Bob...If I had lots of money I tell yah what I'd do...I'd go out and buy me a Mustang or two...zilla


----------



## slotcarman12078 (Oct 3, 2008)

You can't argue with a smooooth paint job!!! I'm sure somewhere in his career Jeffy had some flake in his paint, being the Dupont boy and all..:tongue: If at first you don't succeed, try try again.. Just use a new body cause that one came out sweet!!! :thumbsup::thumbsup:


----------



## T-Jet Racer (Nov 16, 2006)

That is a sweet color, great addition to any collection!


----------



## Hilltop Raceway (Feb 12, 2006)

When paint comes out that good, just leave it and get another body to paint!!! I likes that flavor myself!!! Detail it out and roll with it...RM


----------



## DesertSlot (May 8, 2009)

Beautiful paint job! I like it!


----------



## win43 (Aug 28, 2006)

ParkRNDL said:


> i bought this can thinking it would be something like a Petty blue, but a little darker. the idea was to get it close to original Aurora medium blue, and replicate the original Tjet Mach 1 I traded away many years ago when I was young and foolish.
> 
> 
> 
> ...


I just painted the same body. It also turned out to be one of my better paint jobs. The paint is Testors one coat lacquer.


----------



## roadrner (Jul 21, 1999)

Both look nice so far. Can't wait to see the follow up pix with the details added. :thumbsup::thumbsup: rr


----------



## bobhch (Apr 22, 2007)

roadrner said:


> Both look nice so far. Can't wait to see the follow up pix with the details added. :thumbsup::thumbsup: rr


what rr said 

Bob...now there are two kewl Stangs...zilla


----------



## DesertSlot (May 8, 2009)

bobhch said:


> what rr said
> 
> Bob...now there are two kewl Stangs...zilla



Yeah, it would be hard to pick one! They are both wild!


----------



## JordanZ870 (Nov 25, 2004)

I LOVE that matallic blue paint. Way to bring that car up to date! :thumbsup:

(I don't really think it was a goof. LOL)


----------



## brownie374 (Nov 21, 2007)

I never tried the laquer paint,Does it like the future clearcoat?


----------



## win43 (Aug 28, 2006)

brownie374 said:


> I never tried the laquer paint,Does it like the future clearcoat?


 The orange one was dipped in Future and so far no ill effects.


----------



## ebi (Jan 24, 2007)

roadrner said:


> Both look nice so far.


Indeed!!
I often use Testors but i use them with my airbrush.
So the result looks ...not as good as the both Mach1. 

Kind regards

Ebi


----------



## kiwidave (Jul 20, 2009)

Go the Fords!!! I like both the colors but that blue has my attention!


----------



## win43 (Aug 28, 2006)

ParkRNDL I love your Stang :thumbsup::thumbsup: Hope you don't think I was hi-jacking your thread. 

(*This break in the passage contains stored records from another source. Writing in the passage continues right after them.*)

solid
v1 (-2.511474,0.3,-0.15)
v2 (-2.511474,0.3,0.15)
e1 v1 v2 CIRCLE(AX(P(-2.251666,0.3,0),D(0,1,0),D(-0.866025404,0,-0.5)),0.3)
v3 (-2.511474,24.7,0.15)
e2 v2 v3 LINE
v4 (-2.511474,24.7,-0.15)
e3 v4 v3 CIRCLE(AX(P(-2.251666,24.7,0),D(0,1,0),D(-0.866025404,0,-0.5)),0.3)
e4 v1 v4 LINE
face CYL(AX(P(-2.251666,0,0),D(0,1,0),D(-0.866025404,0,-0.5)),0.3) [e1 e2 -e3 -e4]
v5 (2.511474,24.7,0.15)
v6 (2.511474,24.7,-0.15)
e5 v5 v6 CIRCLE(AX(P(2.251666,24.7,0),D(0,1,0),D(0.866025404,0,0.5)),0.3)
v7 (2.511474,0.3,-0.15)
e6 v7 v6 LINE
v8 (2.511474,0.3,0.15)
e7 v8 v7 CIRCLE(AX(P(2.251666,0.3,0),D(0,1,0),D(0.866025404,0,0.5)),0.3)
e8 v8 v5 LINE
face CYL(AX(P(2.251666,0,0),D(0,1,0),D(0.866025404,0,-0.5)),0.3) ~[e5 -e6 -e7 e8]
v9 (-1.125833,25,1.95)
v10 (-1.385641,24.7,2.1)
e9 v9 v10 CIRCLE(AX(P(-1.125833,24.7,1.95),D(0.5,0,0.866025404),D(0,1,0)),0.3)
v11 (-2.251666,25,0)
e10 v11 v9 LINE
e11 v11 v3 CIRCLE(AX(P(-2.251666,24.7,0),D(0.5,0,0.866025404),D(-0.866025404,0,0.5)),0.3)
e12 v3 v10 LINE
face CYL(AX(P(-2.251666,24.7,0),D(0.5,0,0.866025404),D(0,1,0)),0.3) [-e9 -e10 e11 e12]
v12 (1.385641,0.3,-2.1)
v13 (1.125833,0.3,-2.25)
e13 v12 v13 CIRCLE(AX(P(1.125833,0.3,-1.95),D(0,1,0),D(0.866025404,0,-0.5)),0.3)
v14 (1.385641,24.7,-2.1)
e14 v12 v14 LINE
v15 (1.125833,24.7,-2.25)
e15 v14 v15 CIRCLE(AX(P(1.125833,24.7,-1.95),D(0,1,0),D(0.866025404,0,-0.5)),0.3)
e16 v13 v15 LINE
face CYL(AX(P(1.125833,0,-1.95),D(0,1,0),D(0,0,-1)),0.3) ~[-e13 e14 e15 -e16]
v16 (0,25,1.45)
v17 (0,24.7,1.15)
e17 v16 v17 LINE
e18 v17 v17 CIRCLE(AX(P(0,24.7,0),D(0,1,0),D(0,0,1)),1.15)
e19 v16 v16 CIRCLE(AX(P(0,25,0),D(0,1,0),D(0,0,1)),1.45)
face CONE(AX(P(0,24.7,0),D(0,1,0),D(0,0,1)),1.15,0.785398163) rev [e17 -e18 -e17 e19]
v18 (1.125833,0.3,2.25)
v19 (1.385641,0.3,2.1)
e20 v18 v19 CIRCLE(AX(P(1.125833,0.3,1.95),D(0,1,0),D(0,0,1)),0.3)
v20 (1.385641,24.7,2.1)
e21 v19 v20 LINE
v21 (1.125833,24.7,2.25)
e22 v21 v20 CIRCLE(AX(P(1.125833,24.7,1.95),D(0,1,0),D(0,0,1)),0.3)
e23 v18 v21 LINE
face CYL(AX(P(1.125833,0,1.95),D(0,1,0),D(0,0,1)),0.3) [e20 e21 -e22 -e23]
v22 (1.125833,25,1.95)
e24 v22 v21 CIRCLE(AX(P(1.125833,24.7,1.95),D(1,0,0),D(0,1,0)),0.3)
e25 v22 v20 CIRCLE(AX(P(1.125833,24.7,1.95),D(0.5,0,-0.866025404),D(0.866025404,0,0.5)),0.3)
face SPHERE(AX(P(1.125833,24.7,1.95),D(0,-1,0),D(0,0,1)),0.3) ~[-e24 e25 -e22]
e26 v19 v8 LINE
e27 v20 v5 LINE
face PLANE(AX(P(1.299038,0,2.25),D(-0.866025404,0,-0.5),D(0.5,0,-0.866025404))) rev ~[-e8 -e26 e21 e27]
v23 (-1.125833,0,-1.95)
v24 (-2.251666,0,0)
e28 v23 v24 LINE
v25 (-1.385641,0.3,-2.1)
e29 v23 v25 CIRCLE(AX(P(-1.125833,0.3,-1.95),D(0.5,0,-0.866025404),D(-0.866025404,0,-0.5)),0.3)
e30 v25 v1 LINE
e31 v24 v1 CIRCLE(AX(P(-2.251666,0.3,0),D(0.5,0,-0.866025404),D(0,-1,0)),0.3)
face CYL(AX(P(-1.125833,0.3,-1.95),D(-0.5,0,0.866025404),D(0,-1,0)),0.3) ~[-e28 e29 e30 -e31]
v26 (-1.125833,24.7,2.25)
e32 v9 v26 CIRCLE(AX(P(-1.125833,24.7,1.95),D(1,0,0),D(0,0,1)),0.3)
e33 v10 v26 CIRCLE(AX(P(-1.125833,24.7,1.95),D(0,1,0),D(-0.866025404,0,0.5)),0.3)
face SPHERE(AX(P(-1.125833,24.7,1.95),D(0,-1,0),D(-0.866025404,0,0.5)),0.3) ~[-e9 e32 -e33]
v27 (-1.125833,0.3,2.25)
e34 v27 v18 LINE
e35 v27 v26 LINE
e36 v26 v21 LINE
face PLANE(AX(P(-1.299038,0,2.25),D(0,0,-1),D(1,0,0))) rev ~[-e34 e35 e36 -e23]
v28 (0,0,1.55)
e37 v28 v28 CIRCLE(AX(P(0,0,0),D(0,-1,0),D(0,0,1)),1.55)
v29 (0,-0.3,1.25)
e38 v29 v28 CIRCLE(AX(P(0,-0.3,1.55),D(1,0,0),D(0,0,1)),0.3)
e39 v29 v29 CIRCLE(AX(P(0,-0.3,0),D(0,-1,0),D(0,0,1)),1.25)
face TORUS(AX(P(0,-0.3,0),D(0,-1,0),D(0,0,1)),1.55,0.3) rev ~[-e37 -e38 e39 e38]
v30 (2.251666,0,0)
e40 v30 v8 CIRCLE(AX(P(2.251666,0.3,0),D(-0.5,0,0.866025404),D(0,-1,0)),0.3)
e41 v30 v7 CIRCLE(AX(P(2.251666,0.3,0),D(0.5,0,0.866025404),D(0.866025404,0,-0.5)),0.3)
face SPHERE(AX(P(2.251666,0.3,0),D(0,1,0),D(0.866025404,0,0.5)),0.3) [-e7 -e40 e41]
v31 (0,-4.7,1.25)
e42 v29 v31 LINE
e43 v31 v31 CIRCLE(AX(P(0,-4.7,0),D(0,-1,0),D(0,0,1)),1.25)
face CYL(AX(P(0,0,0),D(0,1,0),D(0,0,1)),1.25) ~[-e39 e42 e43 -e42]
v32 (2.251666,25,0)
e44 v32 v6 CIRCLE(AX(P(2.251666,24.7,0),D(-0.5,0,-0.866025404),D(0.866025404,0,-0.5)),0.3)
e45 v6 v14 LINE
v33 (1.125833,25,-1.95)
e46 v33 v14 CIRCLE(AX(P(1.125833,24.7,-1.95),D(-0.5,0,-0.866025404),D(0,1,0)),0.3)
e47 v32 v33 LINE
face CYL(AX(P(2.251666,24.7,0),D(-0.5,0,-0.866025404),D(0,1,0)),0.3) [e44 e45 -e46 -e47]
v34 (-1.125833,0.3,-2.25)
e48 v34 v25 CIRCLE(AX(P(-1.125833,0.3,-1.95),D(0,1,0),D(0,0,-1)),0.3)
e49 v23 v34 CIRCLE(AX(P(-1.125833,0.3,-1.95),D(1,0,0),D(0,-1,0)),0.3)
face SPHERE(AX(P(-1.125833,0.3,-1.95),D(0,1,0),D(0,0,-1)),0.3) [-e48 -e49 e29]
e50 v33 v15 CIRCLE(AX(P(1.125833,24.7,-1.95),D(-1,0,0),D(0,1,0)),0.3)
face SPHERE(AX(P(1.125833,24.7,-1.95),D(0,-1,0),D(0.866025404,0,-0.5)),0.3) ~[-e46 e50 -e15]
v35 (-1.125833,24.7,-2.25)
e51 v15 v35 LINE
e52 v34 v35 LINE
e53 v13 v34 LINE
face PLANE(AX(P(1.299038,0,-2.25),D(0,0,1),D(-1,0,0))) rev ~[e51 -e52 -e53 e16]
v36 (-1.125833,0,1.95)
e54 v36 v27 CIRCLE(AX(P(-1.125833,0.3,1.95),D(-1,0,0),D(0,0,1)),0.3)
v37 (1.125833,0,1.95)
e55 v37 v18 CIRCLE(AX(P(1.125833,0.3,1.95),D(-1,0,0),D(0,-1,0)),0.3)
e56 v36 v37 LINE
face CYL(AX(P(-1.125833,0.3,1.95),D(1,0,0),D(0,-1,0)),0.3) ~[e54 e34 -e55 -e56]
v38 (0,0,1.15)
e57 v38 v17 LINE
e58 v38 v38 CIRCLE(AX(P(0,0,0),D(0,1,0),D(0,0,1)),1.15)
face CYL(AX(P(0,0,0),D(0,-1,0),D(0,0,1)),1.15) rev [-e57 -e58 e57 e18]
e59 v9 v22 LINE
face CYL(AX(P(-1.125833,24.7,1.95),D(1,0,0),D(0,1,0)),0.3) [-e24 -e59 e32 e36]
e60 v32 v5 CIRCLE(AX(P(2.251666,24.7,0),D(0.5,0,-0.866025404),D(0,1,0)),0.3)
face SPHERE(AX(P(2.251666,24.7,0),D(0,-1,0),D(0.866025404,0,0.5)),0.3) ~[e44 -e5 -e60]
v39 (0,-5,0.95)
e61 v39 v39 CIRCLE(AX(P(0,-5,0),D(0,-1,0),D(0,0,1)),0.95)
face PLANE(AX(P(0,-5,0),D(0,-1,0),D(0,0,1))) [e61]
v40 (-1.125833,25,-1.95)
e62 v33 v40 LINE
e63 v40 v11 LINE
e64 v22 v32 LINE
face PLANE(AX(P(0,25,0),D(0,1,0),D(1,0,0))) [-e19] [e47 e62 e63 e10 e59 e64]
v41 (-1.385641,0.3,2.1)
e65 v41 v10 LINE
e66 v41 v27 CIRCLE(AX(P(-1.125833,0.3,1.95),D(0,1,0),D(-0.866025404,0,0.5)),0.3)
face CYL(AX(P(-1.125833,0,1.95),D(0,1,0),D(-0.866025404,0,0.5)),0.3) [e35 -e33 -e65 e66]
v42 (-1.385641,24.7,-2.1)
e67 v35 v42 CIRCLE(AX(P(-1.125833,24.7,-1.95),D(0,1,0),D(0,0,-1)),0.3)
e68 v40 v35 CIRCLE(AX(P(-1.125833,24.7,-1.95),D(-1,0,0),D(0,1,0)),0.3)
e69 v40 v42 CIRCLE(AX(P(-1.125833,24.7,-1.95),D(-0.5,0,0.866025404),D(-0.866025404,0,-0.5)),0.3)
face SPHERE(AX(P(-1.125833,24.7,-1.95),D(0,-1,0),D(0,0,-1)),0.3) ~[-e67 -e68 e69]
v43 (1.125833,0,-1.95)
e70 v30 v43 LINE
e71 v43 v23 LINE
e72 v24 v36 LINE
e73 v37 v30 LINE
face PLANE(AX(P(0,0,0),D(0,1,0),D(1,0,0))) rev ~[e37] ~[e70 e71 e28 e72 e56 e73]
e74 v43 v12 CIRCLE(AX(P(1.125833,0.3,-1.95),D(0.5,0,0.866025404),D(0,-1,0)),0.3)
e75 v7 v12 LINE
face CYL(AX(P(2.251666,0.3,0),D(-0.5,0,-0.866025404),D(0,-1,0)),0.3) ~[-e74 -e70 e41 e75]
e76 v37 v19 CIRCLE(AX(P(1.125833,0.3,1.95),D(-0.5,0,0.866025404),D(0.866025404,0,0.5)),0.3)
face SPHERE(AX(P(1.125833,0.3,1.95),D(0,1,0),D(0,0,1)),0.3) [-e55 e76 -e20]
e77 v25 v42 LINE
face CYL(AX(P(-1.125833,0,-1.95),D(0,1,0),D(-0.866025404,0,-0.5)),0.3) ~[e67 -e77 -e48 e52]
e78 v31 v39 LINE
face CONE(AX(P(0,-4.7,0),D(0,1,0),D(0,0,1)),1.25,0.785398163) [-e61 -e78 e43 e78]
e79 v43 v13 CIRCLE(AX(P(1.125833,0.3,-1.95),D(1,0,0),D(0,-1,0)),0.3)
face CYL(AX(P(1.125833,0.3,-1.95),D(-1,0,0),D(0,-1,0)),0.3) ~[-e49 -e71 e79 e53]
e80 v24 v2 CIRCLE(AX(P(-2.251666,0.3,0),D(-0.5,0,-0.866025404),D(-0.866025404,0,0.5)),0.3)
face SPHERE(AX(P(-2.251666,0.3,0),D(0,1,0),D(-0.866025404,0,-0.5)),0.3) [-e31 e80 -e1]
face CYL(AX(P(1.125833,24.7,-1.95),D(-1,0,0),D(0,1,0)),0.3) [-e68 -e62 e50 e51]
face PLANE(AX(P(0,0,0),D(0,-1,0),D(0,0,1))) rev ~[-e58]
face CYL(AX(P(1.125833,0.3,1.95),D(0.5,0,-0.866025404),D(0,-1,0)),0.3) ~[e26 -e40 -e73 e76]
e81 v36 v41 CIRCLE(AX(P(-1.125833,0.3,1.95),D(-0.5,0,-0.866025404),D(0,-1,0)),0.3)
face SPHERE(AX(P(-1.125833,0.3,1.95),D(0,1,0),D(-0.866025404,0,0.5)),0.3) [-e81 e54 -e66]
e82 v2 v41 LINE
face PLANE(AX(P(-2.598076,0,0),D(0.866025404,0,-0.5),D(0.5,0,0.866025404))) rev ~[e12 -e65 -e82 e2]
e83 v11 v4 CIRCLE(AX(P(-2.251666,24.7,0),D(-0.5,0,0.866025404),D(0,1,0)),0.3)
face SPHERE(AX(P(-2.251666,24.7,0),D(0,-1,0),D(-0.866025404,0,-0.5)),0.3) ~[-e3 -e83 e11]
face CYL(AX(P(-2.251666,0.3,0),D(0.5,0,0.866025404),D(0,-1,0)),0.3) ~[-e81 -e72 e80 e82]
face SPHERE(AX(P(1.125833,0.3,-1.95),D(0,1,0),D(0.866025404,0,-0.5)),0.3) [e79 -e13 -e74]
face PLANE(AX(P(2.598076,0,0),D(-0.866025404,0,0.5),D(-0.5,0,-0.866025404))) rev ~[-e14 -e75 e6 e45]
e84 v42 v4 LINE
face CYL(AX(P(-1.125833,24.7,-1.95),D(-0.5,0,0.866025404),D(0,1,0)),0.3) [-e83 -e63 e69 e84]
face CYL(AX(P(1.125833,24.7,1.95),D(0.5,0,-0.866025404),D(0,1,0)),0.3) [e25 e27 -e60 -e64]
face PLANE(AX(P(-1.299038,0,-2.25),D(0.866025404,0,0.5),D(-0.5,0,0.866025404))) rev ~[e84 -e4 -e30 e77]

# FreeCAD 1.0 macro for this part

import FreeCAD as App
import Part
import Sketcher
Q = App.Units.Quantity


def edges_at(feature, points):
    """Names of the edges that pass closest to the given points."""
    edges = feature.Shape.Edges
    near = lambda p: min(range(len(edges)), key=lambda i: edges[i].distToShape(Part.Vertex(*p))[0])
    return sorted({f"Edge{near(p) + 1}" for p in points})

doc = App.newDocument("Part")
body = doc.addObject("PartDesign::Body", "Body")

# Sketch on XZ plane
sketch1 = body.newObject("Sketcher::SketchObject", "Sketch")
sketch1.AttachmentSupport = (doc.getObject("XZ_Plane"), [""])
sketch1.MapMode = "FlatFace"
sketch1.addGeometry(Part.LineSegment(App.Vector(-1.3, -2.2, 0), App.Vector(-2.6, 0, 0)), False)
sketch1.addGeometry(Part.LineSegment(App.Vector(-2.6, 0, 0), App.Vector(-1.3, 2.2, 0)), False)
sketch1.addGeometry(Part.LineSegment(App.Vector(-1.3, 2.2, 0), App.Vector(1.3, 2.2, 0)), False)
sketch1.addGeometry(Part.LineSegment(App.Vector(1.3, 2.2, 0), App.Vector(2.6, 0, 0)), False)
sketch1.addGeometry(Part.LineSegment(App.Vector(2.6, 0, 0), App.Vector(1.3, -2.2, 0)), False)
sketch1.addGeometry(Part.LineSegment(App.Vector(1.3, -2.2, 0), App.Vector(-1.3, -2.2, 0)), False)
sketch1.addGeometry(Part.Circle(App.Vector(0, 0, 0), App.Vector(0, 0, 1), 1.1), False)
sketch1.addConstraint(Sketcher.Constraint("Coincident", 0, 2, 1, 1))
sketch1.addConstraint(Sketcher.Constraint("Coincident", 1, 2, 2, 1))
sketch1.addConstraint(Sketcher.Constraint("Coincident", 2, 2, 3, 1))
sketch1.addConstraint(Sketcher.Constraint("Coincident", 3, 2, 4, 1))
sketch1.addConstraint(Sketcher.Constraint("Coincident", 4, 2, 5, 1))
sketch1.addConstraint(Sketcher.Constraint("Coincident", 5, 2, 0, 1))
sketch1.addConstraint(Sketcher.Constraint("Horizontal", 2))
sketch1.addConstraint(Sketcher.Constraint("Horizontal", 5))
sketch1.addConstraint(Sketcher.Constraint("Coincident", 6, 3, -1, 1))
sketch1.addConstraint(Sketcher.Constraint("Symmetric", 0, 2, 3, 2, -1, 1))
sketch1.addConstraint(Sketcher.Constraint("Symmetric", 1, 2, 4, 2, -1, 1))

Love your painting gizmo. Gonna have to make me one of those.


----------



## ParkRNDL (Mar 20, 2002)

hey wow. i wasn't near a computer yesterday, so i couldn't get on till now... had no idea i generated all that response! thanks for all the props. i'm debating between doing a bare-bones Aurora-type detail job (mask/paint the flat black areas and hit a couple details with a silver marker) or going with MORE detail... i think i'm less likely to screw it up if i go simple. original Mach 1s in nice shape always look good without much detail paint added...

--rick


----------



## ParkRNDL (Mar 20, 2002)

and that orange is SWEET. the paint gizmo is just a piece of a tongue depressor (oversized popsicle stick) with notches cut in the ends for screws, and screwed to the end of a piece of dowel. it's always laying at the edge of the layout when i'm not painting something, so it gets used a lot to hook cars that have deslotted at the other side of the table... :lol:


----------



## satellite1 (Jan 9, 2004)

I like the blue one :thumbsup:


----------